___ DATA

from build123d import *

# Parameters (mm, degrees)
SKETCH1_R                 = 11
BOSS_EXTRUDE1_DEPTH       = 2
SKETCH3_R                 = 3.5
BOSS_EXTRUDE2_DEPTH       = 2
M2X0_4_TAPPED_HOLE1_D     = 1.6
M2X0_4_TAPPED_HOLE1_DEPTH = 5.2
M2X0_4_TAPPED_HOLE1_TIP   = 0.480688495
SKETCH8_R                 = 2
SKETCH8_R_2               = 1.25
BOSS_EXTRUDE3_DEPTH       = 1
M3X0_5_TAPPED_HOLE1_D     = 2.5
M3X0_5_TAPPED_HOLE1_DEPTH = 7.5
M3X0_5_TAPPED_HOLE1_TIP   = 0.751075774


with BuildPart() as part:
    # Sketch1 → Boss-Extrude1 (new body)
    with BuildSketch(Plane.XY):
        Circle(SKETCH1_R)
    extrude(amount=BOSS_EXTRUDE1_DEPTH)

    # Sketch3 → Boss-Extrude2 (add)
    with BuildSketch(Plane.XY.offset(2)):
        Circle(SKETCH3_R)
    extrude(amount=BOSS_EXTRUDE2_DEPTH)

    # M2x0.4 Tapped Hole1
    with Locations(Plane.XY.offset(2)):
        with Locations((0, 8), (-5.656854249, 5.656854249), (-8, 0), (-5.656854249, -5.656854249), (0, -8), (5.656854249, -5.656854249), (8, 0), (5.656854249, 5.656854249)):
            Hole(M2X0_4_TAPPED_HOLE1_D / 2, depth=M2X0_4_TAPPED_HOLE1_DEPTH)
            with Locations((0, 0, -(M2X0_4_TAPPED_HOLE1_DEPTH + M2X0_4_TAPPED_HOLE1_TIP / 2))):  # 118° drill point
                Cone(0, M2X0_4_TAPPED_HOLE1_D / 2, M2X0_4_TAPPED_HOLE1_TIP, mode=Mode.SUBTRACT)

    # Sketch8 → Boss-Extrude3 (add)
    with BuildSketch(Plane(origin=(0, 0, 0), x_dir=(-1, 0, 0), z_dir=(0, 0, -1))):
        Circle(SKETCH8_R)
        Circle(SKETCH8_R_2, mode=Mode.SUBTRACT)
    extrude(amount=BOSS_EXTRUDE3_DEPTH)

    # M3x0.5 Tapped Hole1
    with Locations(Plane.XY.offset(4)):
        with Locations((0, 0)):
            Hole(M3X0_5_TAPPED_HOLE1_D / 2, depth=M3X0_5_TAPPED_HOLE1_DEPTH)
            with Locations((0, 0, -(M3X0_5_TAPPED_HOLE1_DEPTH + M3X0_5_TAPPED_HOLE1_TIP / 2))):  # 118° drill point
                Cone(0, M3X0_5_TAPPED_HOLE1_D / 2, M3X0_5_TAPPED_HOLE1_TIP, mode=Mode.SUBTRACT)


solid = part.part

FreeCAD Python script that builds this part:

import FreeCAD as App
import Part
import Sketcher
Q = App.Units.Quantity

doc = App.newDocument("Part")
body = doc.addObject("PartDesign::Body", "Body")

# Sketch on XY plane
sketch1 = body.newObject("Sketcher::SketchObject", "Sketch")
sketch1.AttachmentSupport = (doc.getObject("XY_Plane"), [""])
sketch1.MapMode = "FlatFace"
sketch1.addGeometry(Part.Circle(App.Vector(0, 0, 0), App.Vector(0, 0, 1), 11), False)
sketch1.addConstraint([
    Sketcher.Constraint("Coincident", 0, 3, -1, 1),
    Sketcher.Constraint("Diameter", 0, Q("22 mm")),
])
pad1 = body.newObject("PartDesign::Pad", "Pad")
pad1.Profile = sketch1
pad1.Length = 2

# Sketch on XY plane
sketch2 = body.newObject("Sketcher::SketchObject", "Sketch001")
sketch2.AttachmentSupport = (doc.getObject("XY_Plane"), [""])
sketch2.MapMode = "FlatFace"
sketch2.AttachmentOffset = App.Placement(App.Vector(0, 0, 2), App.Rotation())
sketch2.addGeometry(Part.Circle(App.Vector(0, 0, 0), App.Vector(0, 0, 1), 3.5), False)
sketch2.addConstraint([
    Sketcher.Constraint("Coincident", 0, 3, -1, 1),
    Sketcher.Constraint("Diameter", 0, Q("7 mm")),
])
pad2 = body.newObject("PartDesign::Pad", "Pad001")
pad2.Profile = sketch2
pad2.Length = 2

# Sketch on XY plane
sketch3 = body.newObject("Sketcher::SketchObject", "Sketch002")
sketch3.AttachmentSupport = (doc.getObject("XY_Plane"), [""])
sketch3.MapMode = "FlatFace"
sketch3.AttachmentOffset = App.Placement(App.Vector(0, 0, 2), App.Rotation())
sketch3.addGeometry([
    Part.Circle(App.Vector(0, 8, 0), App.Vector(0, 0, 1), 0.8),  # 0
    Part.Circle(App.Vector(-5.7, 5.7, 0), App.Vector(0, 0, 1), 0.8),  # 1
    Part.Circle(App.Vector(-8, 0, 0), App.Vector(0, 0, 1), 0.8),  # 2
    Part.Circle(App.Vector(-5.7, -5.7, 0), App.Vector(0, 0, 1), 0.8),  # 3
    Part.Circle(App.Vector(0, -8, 0), App.Vector(0, 0, 1), 0.8),  # 4
    Part.Circle(App.Vector(5.7, -5.7, 0), App.Vector(0, 0, 1), 0.8),  # 5
    Part.Circle(App.Vector(8, 0, 0), App.Vector(0, 0, 1), 0.8),  # 6
    Part.Circle(App.Vector(5.7, 5.7, 0), App.Vector(0, 0, 1), 0.8),  # 7
], False)
sketch3.addConstraint([
    Sketcher.Constraint("Equal", 0, 1),
    Sketcher.Constraint("Equal", 1, 2),
    Sketcher.Constraint("Equal", 2, 3),
    Sketcher.Constraint("Equal", 3, 4),
    Sketcher.Constraint("Equal", 4, 5),
    Sketcher.Constraint("Equal", 5, 6),
    Sketcher.Constraint("Equal", 6, 7),
    Sketcher.Constraint("Symmetric", 0, 3, 4, 3, -1, 1),
    Sketcher.Constraint("Symmetric", 1, 3, 5, 3, -1, 1),
    Sketcher.Constraint("Symmetric", 2, 3, 6, 3, -1, 1),
    Sketcher.Constraint("Symmetric", 3, 3, 7, 3, -1, 1),
    Sketcher.Constraint("Symmetric", 3, 3, 5, 3, -2),
    Sketcher.Constraint("PointOnObject", 0, 3, -2),
    Sketcher.Constraint("PointOnObject", 2, 3, -1),
    Sketcher.Constraint("Diameter", 0, Q("1.6 mm")),
    Sketcher.Constraint("DistanceY", -1, 1, 0, 3, Q("8 mm")),
    Sketcher.Constraint("DistanceX", 2, 3, -1, 1, Q("8 mm")),
    Sketcher.Constraint("DistanceY", 3, 3, 1, 3, Q("11.313708 mm")),
    Sketcher.Constraint("DistanceX", 3, 3, 5, 3, Q("11.313708 mm")),
])
doc.recompute()
hole = body.newObject("PartDesign::Hole", "Hole")
hole.Profile = sketch3
hole.ThreadType = "None"
hole.Diameter = 1.6
hole.DepthType = "Dimension"
hole.Depth = 5.2
hole.DrillPoint = "Angled"
hole.DrillPointAngle = 118

# Sketch on XY plane
sketch4 = body.newObject("Sketcher::SketchObject", "Sketch003")
sketch4.AttachmentSupport = (doc.getObject("XY_Plane"), [""])
sketch4.MapMode = "FlatFace"
sketch4.addGeometry([
    Part.Circle(App.Vector(0, 0, 0), App.Vector(0, 0, 1), 2),
    Part.Circle(App.Vector(0, 0, 0), App.Vector(0, 0, 1), 1.2),
], False)
sketch4.addConstraint([
    Sketcher.Constraint("Coincident", 0, 3, -1, 1),
    Sketcher.Constraint("Coincident", 1, 3, -1, 1),
    Sketcher.Constraint("Diameter", 0, Q("4 mm")),
    Sketcher.Constraint("Diameter", 1, Q("2.5 mm")),
])
pad3 = body.newObject("PartDesign::Pad", "Pad002")
pad3.Profile = sketch4
pad3.Length = 1
pad3.Reversed = True

# Sketch on XY plane
sketch5 = body.newObject("Sketcher::SketchObject", "Sketch004")
sketch5.AttachmentSupport = (doc.getObject("XY_Plane"), [""])
sketch5.MapMode = "FlatFace"
sketch5.AttachmentOffset = App.Placement(App.Vector(0, 0, 4), App.Rotation())
sketch5.addGeometry(Part.Circle(App.Vector(0, 0, 0), App.Vector(0, 0, 1), 1.2), False)
sketch5.addConstraint([
    Sketcher.Constraint("Coincident", 0, 3, -1, 1),
    Sketcher.Constraint("Diameter", 0, Q("2.5 mm")),
])
doc.recompute()
hole2 = body.newObject("PartDesign::Hole", "Hole001")
hole2.Profile = sketch5
hole2.ThreadType = "None"
hole2.Diameter = 2.5
hole2.DepthType = "Dimension"
hole2.Depth = 7.5
hole2.DrillPoint = "Angled"
hole2.DrillPointAngle = 118

doc.recompute()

______

▶ _WHAT THE EXERCISE ASKS_:
Copy exactly the lines from the top of the entries through the line with "# Sketch3 → Boss-Extrude2 (add)" in it, please, keeping both ends and adding nothing.

▶ _RESPONSE TO THIS TASK_:
from build123d import *

# Parameters (mm, degrees)
SKETCH1_R                 = 11
BOSS_EXTRUDE1_DEPTH       = 2
SKETCH3_R                 = 3.5
BOSS_EXTRUDE2_DEPTH       = 2
M2X0_4_TAPPED_HOLE1_D     = 1.6
M2X0_4_TAPPED_HOLE1_DEPTH = 5.2
M2X0_4_TAPPED_HOLE1_TIP   = 0.480688495
SKETCH8_R                 = 2
SKETCH8_R_2               = 1.25
BOSS_EXTRUDE3_DEPTH       = 1
M3X0_5_TAPPED_HOLE1_D     = 2.5
M3X0_5_TAPPED_HOLE1_DEPTH = 7.5
M3X0_5_TAPPED_HOLE1_TIP   = 0.751075774


with BuildPart() as part:
    # Sketch1 → Boss-Extrude1 (new body)
    with BuildSketch(Plane.XY):
        Circle(SKETCH1_R)
    extrude(amount=BOSS_EXTRUDE1_DEPTH)

    # Sketch3 → Boss-Extrude2 (add)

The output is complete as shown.